La ventilation mécanique invasive doit être instaurée en cas de menace vitale immédiate, de contre-indication à la ventilation non invasive ou d’échec de celle-ci [22]. Les troubles de la conscience en contexte d’hypercapnie ne sont pas une contre-indication [22], mais justifient la mise en place d’une surveillance rapprochée évitant de retarder indûment un recours à la ventilation sur intubation qui deviendrait nécessaire. Il faut souligner que l’efficacité de la ventilation non invasive sur le pronostic des patients présentant une IRA sur IRC obstructive n’est pas impactée en cas d’échec et de recours à l’intubation orotrachéale [10], [27].
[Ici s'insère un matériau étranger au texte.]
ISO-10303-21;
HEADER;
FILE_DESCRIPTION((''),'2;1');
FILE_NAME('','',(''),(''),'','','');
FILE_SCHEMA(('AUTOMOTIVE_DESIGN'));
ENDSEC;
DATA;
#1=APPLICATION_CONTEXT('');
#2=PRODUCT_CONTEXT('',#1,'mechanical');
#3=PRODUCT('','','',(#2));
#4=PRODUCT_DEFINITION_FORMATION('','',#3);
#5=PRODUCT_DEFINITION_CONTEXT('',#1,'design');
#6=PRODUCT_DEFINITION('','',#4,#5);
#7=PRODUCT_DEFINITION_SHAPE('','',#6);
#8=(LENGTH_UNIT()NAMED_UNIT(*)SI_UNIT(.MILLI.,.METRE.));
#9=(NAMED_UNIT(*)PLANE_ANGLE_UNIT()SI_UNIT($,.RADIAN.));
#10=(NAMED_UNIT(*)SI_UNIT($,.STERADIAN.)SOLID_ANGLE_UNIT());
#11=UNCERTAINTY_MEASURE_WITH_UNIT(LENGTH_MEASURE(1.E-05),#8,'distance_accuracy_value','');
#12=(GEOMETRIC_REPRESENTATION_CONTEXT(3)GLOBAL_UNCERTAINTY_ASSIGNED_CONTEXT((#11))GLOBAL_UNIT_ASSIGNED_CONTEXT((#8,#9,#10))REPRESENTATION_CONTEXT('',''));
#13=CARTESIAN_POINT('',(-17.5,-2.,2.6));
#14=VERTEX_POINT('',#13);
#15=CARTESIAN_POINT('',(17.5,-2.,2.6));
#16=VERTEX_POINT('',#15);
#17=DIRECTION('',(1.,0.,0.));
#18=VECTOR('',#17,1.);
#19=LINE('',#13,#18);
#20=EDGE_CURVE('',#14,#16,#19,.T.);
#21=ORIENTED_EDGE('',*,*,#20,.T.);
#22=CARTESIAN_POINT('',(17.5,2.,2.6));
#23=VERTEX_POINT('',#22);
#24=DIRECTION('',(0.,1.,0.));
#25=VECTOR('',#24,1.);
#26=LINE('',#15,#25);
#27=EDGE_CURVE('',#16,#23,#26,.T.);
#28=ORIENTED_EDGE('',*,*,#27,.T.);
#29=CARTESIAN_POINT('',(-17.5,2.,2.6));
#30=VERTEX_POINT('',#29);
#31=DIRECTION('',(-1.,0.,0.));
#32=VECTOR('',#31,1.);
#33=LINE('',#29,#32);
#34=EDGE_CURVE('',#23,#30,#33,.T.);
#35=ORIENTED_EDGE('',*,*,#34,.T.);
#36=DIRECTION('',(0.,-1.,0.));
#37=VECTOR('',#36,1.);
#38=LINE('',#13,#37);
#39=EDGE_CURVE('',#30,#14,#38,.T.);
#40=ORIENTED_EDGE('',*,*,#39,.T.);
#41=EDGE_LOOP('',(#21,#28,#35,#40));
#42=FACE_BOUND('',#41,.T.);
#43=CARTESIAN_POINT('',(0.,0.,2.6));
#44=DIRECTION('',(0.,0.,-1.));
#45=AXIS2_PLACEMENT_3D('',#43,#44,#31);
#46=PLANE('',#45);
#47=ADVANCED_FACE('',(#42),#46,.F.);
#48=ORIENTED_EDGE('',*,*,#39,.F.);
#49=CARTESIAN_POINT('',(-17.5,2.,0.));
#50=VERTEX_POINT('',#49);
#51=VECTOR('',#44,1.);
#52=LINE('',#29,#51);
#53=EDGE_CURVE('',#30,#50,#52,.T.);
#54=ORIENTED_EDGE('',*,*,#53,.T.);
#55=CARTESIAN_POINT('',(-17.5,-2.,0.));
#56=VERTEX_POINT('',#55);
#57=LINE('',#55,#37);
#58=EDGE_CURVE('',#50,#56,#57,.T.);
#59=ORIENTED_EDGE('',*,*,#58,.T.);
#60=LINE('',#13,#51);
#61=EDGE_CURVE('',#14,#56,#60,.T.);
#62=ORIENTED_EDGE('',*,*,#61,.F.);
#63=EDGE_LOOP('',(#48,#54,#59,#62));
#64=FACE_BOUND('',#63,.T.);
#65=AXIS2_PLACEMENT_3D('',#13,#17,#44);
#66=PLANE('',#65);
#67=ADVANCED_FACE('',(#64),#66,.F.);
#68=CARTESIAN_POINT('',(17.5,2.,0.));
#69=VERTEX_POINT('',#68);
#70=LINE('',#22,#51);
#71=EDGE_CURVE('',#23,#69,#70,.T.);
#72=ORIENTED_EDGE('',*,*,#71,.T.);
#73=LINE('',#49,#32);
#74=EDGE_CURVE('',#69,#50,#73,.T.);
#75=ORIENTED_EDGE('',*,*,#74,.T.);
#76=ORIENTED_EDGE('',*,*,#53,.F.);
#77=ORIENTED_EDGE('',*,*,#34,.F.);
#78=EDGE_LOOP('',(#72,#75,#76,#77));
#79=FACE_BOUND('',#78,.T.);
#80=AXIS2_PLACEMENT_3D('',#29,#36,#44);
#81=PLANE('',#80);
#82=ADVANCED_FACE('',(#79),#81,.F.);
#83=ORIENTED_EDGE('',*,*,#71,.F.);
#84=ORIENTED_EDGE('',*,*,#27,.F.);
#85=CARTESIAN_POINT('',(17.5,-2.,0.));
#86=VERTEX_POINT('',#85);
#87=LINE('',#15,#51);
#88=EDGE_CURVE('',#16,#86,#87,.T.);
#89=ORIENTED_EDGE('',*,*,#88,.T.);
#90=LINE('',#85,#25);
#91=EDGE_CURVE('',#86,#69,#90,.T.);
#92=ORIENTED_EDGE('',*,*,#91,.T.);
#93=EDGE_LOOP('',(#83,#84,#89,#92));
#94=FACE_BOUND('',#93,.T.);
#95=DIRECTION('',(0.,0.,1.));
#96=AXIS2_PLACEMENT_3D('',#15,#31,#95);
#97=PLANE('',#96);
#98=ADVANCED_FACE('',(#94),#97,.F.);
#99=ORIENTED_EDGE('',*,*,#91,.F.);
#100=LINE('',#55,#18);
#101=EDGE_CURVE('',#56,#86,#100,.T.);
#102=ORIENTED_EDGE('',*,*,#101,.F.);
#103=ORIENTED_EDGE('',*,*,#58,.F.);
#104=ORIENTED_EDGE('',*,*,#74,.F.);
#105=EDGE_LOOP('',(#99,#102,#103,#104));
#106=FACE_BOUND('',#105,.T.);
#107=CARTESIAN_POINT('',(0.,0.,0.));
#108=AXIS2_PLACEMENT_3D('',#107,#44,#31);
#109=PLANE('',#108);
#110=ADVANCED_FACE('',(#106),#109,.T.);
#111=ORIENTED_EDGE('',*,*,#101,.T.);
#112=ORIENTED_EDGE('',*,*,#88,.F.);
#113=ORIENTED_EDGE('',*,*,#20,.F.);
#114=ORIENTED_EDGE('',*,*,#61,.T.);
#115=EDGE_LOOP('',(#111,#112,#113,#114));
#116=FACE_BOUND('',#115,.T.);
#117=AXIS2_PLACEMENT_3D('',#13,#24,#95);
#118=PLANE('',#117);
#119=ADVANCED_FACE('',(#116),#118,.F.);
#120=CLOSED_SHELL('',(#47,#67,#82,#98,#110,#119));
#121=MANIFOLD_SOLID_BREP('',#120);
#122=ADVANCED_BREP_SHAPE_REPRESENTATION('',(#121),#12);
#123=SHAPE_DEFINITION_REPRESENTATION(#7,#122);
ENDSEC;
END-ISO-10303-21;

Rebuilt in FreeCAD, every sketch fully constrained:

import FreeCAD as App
import Part
import Sketcher
from FreeCAD import Vector
Q = App.Units.Quantity


def add_polygon(sketch, points):
    """Adds a closed chain of lines whose ends are joined by coincident constraints."""
    first, n = sketch.GeometryCount, len(points)
    for a, b in zip(points, points[1:] + points[:1]):
        sketch.addGeometry(Part.LineSegment(App.Vector(*a, 0), App.Vector(*b, 0)), False)
    for i in range(n):
        sketch.addConstraint(Sketcher.Constraint("Coincident", first + i, 2, first + (i + 1) % n, 1))

doc = App.newDocument("Part")
body = doc.addObject("PartDesign::Body", "Body")

# Sketch on XY plane
sketch1 = body.newObject("Sketcher::SketchObject", "Sketch")
sketch1.AttachmentSupport = (doc.getObject("XY_Plane"), [""])
sketch1.MapMode = "FlatFace"
add_polygon(sketch1, [(-17.5, 2), (-17.5, -2), (17.5, -2), (17.5, 2)])  # lines 0-3
sketch1.addConstraint(Sketcher.Constraint("Vertical", 0))
sketch1.addConstraint(Sketcher.Constraint("Horizontal", 1))
sketch1.addConstraint(Sketcher.Constraint("Vertical", 2))
sketch1.addConstraint(Sketcher.Constraint("Horizontal", 3))
sketch1.addConstraint(Sketcher.Constraint("Symmetric", 0, 2, 2, 2, -1, 1))
sketch1.addConstraint(Sketcher.Constraint("DistanceX", 1, 1, 1, 2, Q("35 mm")))
sketch1.addConstraint(Sketcher.Constraint("DistanceY", 0, 2, 0, 1, Q("4 mm")))
pad1 = body.newObject("PartDesign::Pad", "Pad")
pad1.Profile = sketch1
pad1.Length = 2.6

doc.recompute()
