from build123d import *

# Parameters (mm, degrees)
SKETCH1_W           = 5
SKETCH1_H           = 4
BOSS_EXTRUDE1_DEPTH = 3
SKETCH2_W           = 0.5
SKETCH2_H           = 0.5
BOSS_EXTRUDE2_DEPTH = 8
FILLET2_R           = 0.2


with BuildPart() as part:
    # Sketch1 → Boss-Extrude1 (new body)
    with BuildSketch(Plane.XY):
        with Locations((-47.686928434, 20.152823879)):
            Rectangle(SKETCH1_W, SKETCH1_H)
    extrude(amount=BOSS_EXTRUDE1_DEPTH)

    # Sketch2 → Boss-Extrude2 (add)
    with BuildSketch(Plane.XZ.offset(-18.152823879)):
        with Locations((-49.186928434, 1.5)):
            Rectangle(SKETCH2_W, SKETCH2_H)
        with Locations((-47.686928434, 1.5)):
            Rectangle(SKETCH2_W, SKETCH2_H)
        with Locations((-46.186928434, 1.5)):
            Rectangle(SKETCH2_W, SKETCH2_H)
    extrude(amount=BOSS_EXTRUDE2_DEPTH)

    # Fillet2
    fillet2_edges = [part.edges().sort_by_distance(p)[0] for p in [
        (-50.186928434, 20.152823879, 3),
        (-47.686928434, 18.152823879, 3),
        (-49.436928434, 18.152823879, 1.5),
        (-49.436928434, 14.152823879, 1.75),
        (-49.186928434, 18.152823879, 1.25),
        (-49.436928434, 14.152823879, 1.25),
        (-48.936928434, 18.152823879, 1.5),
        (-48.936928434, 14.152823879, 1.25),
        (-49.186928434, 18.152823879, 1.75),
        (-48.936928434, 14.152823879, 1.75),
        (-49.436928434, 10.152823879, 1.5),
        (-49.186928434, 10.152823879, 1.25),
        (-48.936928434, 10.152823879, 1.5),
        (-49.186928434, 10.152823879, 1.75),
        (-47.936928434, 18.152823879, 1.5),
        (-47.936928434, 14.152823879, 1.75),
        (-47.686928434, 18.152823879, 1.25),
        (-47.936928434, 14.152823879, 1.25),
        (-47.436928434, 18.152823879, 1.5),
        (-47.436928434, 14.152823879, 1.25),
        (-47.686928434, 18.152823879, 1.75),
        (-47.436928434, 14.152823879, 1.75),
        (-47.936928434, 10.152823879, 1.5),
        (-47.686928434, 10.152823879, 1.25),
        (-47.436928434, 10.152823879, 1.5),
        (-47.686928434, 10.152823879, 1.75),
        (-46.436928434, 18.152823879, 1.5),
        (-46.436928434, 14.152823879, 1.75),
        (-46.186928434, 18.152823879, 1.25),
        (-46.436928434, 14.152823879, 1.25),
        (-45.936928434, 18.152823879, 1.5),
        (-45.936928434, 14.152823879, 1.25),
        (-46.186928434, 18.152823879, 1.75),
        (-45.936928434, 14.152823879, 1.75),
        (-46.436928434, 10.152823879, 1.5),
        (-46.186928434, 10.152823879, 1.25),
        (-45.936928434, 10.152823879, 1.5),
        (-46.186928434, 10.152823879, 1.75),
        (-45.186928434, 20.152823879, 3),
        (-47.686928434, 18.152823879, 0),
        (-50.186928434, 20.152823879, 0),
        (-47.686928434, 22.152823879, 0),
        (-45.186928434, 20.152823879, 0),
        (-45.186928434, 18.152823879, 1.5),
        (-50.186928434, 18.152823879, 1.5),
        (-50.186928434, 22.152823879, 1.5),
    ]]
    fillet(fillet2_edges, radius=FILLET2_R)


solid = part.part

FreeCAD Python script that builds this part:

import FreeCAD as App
import Part
import Sketcher

V = App.Vector


def edges_at(feature, points):
    """Names of the edges that pass closest to the given points."""
    edges = feature.Shape.Edges
    near = lambda p: min(range(len(edges)), key=lambda i: edges[i].distToShape(Part.Vertex(*p))[0])
    return sorted({f"Edge{near(p) + 1}" for p in points})


def add_polygon(sketch, points):
    """Adds a closed chain of lines whose ends are joined by coincident constraints."""
    first, n = sketch.GeometryCount, len(points)
    for a, b in zip(points, points[1:] + points[:1]):
        sketch.addGeometry(Part.LineSegment(App.Vector(*a, 0), App.Vector(*b, 0)), False)
    for i in range(n):
        sketch.addConstraint(Sketcher.Constraint("Coincident", first + i, 2, first + (i + 1) % n, 1))

doc = App.newDocument("Part")
body = doc.addObject("PartDesign::Body", "Body")

# Sketch on XY plane
sketch1 = body.newObject("Sketcher::SketchObject", "Sketch")
sketch1.AttachmentSupport = (doc.getObject("XY_Plane"), [""])
sketch1.MapMode = "FlatFace"
add_polygon(sketch1, [(-50.2, 22.2), (-50.2, 18.2), (-45.2, 18.2), (-45.2, 22.2)])  # lines 0-3
sketch1.addConstraint([
    Sketcher.Constraint("Vertical", 0),
    Sketcher.Constraint("Horizontal", 1),
    Sketcher.Constraint("Vertical", 2),
    Sketcher.Constraint("Horizontal", 3),
    Sketcher.Constraint("DistanceX", 1, 1, 1, 2, 5.0),
    Sketcher.Constraint("DistanceY", 0, 2, 0, 1, 4.0),
    Sketcher.Constraint("DistanceX", 0, 2, -1, 1, 50.186928),
    Sketcher.Constraint("DistanceY", -1, 1, 0, 2, 18.152824),
])
pad1 = body.newObject("PartDesign::Pad", "Pad")
pad1.Profile = sketch1
pad1.Length = 3

# Sketch on XZ plane
sketch2 = body.newObject("Sketcher::SketchObject", "Sketch001")
sketch2.AttachmentSupport = (doc.getObject("XZ_Plane"), [""])
sketch2.MapMode = "FlatFace"
sketch2.AttachmentOffset = App.Placement(V(0, 0, -18.152824), App.Rotation())
add_polygon(sketch2, [(-49.4, 1.8), (-49.4, 1.2), (-48.9, 1.2), (-48.9, 1.8)])  # lines 0-3
add_polygon(sketch2, [(-47.9, 1.8), (-47.9, 1.2), (-47.4, 1.2), (-47.4, 1.8)])  # lines 4-7
add_polygon(sketch2, [(-46.4, 1.8), (-46.4, 1.2), (-45.9, 1.2), (-45.9, 1.8)])  # lines 8-11
sketch2.addConstraint([
    Sketcher.Constraint("Vertical", 0),
    Sketcher.Constraint("Horizontal", 1),
    Sketcher.Constraint("Vertical", 2),
    Sketcher.Constraint("Horizontal", 3),
    Sketcher.Constraint("Vertical", 4),
    Sketcher.Constraint("Horizontal", 5),
    Sketcher.Constraint("Vertical", 6),
    Sketcher.Constraint("Horizontal", 7),
    Sketcher.Constraint("Vertical", 8),
    Sketcher.Constraint("Horizontal", 9),
    Sketcher.Constraint("Vertical", 10),
    Sketcher.Constraint("Horizontal", 11),
    Sketcher.Constraint("Horizontal", 1, 2, 4, 2),
    Sketcher.Constraint("Horizontal", 3, 2, 6, 2),
    Sketcher.Constraint("Horizontal", 5, 2, 8, 2),
    Sketcher.Constraint("Horizontal", 7, 2, 10, 2),
    Sketcher.Constraint("Equal", 3, 5),
    Sketcher.Constraint("Equal", 7, 9),
    Sketcher.Constraint("Equal", 11, 0),
    Sketcher.Constraint("DistanceX", 1, 1, 1, 2, 0.5),
    Sketcher.Constraint("DistanceX", 1, 2, 4, 2, 1.0),
    Sketcher.Constraint("DistanceX", 5, 2, 8, 2, 1.0),
    Sketcher.Constraint("DistanceY", -1, 1, 0, 2, 1.25),
    Sketcher.Constraint("DistanceX", 0, 2, -1, 1, 49.436928),
])
pad2 = body.newObject("PartDesign::Pad", "Pad001")
pad2.Profile = sketch2
pad2.Length = 8
doc.recompute()

fillet = body.newObject("PartDesign::Fillet", "Fillet")
fillet.Base = (pad2, edges_at(pad2, [
    (-50.187, 20.153, 3),
    (-47.687, 18.153, 3),
    (-49.437, 18.153, 1.5),
    (-49.437, 14.153, 1.75),
    (-49.187, 18.153, 1.25),
    (-49.437, 14.153, 1.25),
    (-48.937, 18.153, 1.5),
    (-48.937, 14.153, 1.25),
    (-49.187, 18.153, 1.75),
    (-48.937, 14.153, 1.75),
    (-49.437, 10.153, 1.5),
    (-49.187, 10.153, 1.25),
    (-48.937, 10.153, 1.5),
    (-49.187, 10.153, 1.75),
    (-47.937, 18.153, 1.5),
    (-47.937, 14.153, 1.75),
    (-47.687, 18.153, 1.25),
    (-47.937, 14.153, 1.25),
    (-47.437, 18.153, 1.5),
    (-47.437, 14.153, 1.25),
    (-47.687, 18.153, 1.75),
    (-47.437, 14.153, 1.75),
    (-47.937, 10.153, 1.5),
    (-47.687, 10.153, 1.25),
    (-47.437, 10.153, 1.5),
    (-47.687, 10.153, 1.75),
    (-46.437, 18.153, 1.5),
    (-46.437, 14.153, 1.75),
    (-46.187, 18.153, 1.25),
    (-46.437, 14.153, 1.25),
    (-45.937, 18.153, 1.5),
    (-45.937, 14.153, 1.25),
    (-46.187, 18.153, 1.75),
    (-45.937, 14.153, 1.75),
    (-46.437, 10.153, 1.5),
    (-46.187, 10.153, 1.25),
    (-45.937, 10.153, 1.5),
    (-46.187, 10.153, 1.75),
    (-45.187, 20.153, 3),
    (-47.687, 18.153, 0),
    (-50.187, 20.153, 0),
    (-47.687, 22.153, 0),
    (-45.187, 20.153, 0),
    (-45.187, 18.153, 1.5),
    (-50.187, 18.153, 1.5),
    (-50.187, 22.153, 1.5),
]))
fillet.Radius = 0.2

doc.recompute()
Décision de mise en place de la ventilation mécanique sur sonde endotrachéale

La ventilation non invasive a transformé le pronostic des décompensations d’IRC obstructives, si bien qu’il est de moins en moins fréquent d’avoir recours à la ventilation mécanique sur sonde endotrachéale [7], [12]. Néanmoins, en cas d’échec, cette alternative doit être envisagée. La décision n’est pas simple, car l’IRC obstructive est un facteur de risque bien identifié de difficulté de sevrage de la ventilation mécanique. Compte tenu de la probabilité élevée d’exposer le patient à un sevrage prolongé, voire impossible, la décision d’instaurer une ventilation mécanique invasive doit être discutée. Parmi les éléments de discussion, figure certainement la formalisation par le patient d’éventuelles directives anticipées. S’il n’est pas en mesure de les communiquer, le recueil du témoignage de son entourage doit être recherché. Malheureusement, les patients sont rarement informés de l’évolution attendue de la maladie et du risque d’hospitalisation en réanimation [24]. Les éléments alimentant les processus décisionnels thérapeutiques ne sont pas les mêmes entre les pneumologues et les réanimateurs [24]. Cette différence plaide pour une meilleure collaboration entre les équipes et pour une anticipation des risques de décompensation grave [24]. La sévérité de la pathologie respiratoire estimée par les données des épreuves fonctionnelles respiratoires et la notion d’un appareillage chronique par ventilation non invasive ou par oxygénothérapie de longue durée plaideraient plutôt contre l’instauration d’une ventilation mécanique invasive. L’autonomie du patient et son évaluation de sa qualité de vie sont certainement des données à prendre en compte dans la décision d’intubation.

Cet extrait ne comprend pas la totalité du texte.